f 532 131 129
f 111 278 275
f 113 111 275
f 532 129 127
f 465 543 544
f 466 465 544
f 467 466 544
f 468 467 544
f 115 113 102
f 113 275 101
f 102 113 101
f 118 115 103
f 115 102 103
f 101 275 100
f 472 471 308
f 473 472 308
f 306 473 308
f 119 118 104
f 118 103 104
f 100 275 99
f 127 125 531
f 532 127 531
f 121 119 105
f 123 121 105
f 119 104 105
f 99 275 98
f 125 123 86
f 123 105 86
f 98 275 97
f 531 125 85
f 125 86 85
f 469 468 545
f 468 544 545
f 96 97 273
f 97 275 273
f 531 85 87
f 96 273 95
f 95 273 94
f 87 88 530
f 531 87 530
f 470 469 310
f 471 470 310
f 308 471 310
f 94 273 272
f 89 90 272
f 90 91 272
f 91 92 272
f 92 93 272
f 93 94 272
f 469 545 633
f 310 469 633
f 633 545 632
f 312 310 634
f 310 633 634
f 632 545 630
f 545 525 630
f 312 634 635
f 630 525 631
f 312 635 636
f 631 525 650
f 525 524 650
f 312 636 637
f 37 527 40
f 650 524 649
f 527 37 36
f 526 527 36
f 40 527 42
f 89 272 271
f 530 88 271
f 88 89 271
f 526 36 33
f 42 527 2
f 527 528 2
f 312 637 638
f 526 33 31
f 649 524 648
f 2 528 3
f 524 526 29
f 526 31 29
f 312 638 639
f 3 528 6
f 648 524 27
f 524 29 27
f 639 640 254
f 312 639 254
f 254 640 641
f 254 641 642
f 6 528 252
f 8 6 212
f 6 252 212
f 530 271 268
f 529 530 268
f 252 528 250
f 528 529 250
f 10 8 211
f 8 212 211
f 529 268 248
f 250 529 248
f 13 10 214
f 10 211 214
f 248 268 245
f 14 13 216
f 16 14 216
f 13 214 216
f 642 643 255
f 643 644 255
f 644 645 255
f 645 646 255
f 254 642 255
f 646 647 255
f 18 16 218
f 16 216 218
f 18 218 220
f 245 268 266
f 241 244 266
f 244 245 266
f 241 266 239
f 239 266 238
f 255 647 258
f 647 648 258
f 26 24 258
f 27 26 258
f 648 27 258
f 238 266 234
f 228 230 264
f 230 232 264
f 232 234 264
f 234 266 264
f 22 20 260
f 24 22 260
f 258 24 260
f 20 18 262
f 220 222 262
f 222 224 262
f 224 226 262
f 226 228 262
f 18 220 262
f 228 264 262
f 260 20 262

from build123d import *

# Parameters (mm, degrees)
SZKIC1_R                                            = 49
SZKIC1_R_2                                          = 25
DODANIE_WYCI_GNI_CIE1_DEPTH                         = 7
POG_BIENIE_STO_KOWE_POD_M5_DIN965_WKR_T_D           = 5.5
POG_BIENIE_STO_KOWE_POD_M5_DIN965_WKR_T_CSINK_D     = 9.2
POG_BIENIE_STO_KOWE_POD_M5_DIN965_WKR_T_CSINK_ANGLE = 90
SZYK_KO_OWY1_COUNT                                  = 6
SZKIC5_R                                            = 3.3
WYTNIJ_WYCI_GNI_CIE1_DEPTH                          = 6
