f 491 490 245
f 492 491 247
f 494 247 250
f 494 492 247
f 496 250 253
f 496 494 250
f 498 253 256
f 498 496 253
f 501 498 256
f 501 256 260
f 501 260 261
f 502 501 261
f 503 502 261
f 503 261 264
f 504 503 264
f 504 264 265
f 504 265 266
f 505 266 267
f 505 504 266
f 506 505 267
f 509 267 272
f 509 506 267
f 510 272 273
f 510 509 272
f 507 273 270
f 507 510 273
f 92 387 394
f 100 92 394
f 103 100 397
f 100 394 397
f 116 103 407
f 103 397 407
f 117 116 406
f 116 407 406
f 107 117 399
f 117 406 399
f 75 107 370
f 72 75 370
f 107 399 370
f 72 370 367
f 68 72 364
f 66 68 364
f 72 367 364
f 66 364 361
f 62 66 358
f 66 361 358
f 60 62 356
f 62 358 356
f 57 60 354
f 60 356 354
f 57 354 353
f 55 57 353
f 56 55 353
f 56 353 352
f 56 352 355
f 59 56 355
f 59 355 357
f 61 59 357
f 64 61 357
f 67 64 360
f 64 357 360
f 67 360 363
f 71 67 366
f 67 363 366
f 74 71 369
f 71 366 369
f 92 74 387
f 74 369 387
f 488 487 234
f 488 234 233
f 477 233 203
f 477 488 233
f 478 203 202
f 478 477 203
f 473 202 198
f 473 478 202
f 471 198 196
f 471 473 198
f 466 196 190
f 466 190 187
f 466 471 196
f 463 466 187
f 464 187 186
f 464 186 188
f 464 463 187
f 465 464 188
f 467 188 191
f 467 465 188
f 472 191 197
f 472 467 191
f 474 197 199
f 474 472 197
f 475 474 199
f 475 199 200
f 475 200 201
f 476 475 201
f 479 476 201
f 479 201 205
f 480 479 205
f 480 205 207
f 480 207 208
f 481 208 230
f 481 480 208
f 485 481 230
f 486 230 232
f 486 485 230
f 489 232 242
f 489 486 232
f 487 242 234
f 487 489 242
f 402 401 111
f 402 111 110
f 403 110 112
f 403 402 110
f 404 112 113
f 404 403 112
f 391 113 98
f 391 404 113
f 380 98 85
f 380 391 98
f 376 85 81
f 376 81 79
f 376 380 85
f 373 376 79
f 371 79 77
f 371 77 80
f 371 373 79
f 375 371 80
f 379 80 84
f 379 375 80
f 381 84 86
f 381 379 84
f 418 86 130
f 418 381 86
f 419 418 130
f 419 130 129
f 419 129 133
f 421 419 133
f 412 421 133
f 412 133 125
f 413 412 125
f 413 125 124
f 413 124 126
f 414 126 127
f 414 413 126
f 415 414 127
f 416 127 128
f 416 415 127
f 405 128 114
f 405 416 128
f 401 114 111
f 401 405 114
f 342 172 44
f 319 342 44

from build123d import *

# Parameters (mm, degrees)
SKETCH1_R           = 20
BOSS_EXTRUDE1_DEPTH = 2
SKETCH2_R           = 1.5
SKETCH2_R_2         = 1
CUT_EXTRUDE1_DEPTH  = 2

# # # # # # #

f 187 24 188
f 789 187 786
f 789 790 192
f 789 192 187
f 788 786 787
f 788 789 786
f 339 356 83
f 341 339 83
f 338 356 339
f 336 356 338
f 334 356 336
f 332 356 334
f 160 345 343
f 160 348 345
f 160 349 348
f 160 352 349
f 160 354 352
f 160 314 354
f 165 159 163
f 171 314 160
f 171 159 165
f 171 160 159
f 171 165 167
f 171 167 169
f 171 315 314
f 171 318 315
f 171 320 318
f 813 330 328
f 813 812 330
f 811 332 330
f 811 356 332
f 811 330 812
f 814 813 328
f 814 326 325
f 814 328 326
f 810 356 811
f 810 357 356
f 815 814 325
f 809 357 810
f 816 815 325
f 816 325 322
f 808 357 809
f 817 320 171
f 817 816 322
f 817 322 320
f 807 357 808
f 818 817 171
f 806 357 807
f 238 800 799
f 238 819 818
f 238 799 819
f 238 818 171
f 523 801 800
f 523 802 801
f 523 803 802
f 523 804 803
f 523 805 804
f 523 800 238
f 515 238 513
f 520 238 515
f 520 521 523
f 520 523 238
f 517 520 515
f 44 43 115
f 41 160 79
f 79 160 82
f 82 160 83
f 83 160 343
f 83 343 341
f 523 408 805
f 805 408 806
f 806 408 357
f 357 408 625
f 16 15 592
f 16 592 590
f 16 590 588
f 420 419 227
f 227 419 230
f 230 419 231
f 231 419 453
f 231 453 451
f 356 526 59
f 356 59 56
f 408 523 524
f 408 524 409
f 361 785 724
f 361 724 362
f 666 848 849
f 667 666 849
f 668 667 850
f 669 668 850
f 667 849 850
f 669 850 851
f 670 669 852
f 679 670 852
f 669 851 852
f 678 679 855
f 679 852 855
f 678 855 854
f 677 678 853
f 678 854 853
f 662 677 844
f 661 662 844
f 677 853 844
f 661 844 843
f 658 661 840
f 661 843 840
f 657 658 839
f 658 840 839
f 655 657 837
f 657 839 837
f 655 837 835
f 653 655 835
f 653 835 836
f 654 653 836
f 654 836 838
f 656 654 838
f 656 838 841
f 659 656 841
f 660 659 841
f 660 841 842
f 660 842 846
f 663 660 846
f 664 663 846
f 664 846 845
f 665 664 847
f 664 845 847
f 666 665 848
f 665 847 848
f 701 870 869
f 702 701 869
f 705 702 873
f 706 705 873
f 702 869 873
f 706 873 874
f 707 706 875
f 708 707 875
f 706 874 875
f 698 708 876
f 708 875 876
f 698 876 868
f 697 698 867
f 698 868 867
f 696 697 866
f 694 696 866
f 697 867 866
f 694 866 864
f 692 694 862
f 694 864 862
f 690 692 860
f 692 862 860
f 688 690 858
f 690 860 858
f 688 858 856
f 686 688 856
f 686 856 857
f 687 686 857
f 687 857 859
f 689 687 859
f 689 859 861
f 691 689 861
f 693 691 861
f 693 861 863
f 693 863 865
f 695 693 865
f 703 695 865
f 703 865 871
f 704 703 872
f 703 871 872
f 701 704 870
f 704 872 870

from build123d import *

# # # # # # #

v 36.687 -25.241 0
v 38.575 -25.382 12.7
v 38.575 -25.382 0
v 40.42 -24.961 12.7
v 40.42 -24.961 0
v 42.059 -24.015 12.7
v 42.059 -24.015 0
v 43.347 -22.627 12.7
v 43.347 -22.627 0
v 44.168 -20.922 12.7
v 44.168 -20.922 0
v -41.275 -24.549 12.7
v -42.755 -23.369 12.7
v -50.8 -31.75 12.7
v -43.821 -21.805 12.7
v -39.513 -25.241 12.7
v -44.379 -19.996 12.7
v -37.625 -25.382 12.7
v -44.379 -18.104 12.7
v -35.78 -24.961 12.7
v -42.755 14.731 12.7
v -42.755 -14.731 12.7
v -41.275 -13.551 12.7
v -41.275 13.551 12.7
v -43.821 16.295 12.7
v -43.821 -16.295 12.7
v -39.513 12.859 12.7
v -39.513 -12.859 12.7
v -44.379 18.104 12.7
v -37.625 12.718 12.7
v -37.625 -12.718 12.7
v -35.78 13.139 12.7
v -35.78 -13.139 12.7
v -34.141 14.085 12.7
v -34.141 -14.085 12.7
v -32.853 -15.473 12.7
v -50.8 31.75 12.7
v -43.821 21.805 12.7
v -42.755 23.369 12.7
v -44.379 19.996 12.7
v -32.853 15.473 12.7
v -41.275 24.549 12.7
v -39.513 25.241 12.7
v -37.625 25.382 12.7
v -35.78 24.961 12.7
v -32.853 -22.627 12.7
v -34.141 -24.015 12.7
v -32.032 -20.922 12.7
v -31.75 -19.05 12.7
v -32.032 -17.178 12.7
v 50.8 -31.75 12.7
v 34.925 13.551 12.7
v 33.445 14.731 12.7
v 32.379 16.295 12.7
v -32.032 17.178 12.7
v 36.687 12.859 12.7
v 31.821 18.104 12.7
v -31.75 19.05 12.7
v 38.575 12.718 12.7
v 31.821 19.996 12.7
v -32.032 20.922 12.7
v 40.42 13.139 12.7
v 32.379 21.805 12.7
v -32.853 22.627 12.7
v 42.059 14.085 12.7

# # # # # # #

Everything from the line with "f 306 473 308" through the line with "f 248 268 245" in the listing above must be retyped exactly, with nothing added.

ANSWER SECTION »
f 306 473 308
f 119 118 104
f 118 103 104
f 100 275 99
f 127 125 531
f 532 127 531
f 121 119 105
f 123 121 105
f 119 104 105
f 99 275 98
f 125 123 86
f 123 105 86
f 98 275 97
f 531 125 85
f 125 86 85
f 469 468 545
f 468 544 545
f 96 97 273
f 97 275 273
f 531 85 87
f 96 273 95
f 95 273 94
f 87 88 530
f 531 87 530
f 470 469 310
f 471 470 310
f 308 471 310
f 94 273 272
f 89 90 272
f 90 91 272
f 91 92 272
f 92 93 272
f 93 94 272
f 469 545 633
f 310 469 633
f 633 545 632
f 312 310 634
f 310 633 634
f 632 545 630
f 545 525 630
f 312 634 635
f 630 525 631
f 312 635 636
f 631 525 650
f 525 524 650
f 312 636 637
f 37 527 40
f 650 524 649
f 527 37 36
f 526 527 36
f 40 527 42
f 89 272 271
f 530 88 271
f 88 89 271
f 526 36 33
f 42 527 2
f 527 528 2
f 312 637 638
f 526 33 31
f 649 524 648
f 2 528 3
f 524 526 29
f 526 31 29
f 312 638 639
f 3 528 6
f 648 524 27
f 524 29 27
f 639 640 254
f 312 639 254
f 254 640 641
f 254 641 642
f 6 528 252
f 8 6 212
f 6 252 212
f 530 271 268
f 529 530 268
f 252 528 250
f 528 529 250
f 10 8 211
f 8 212 211
f 529 268 248
f 250 529 248
f 13 10 214
f 10 211 214
f 248 268 245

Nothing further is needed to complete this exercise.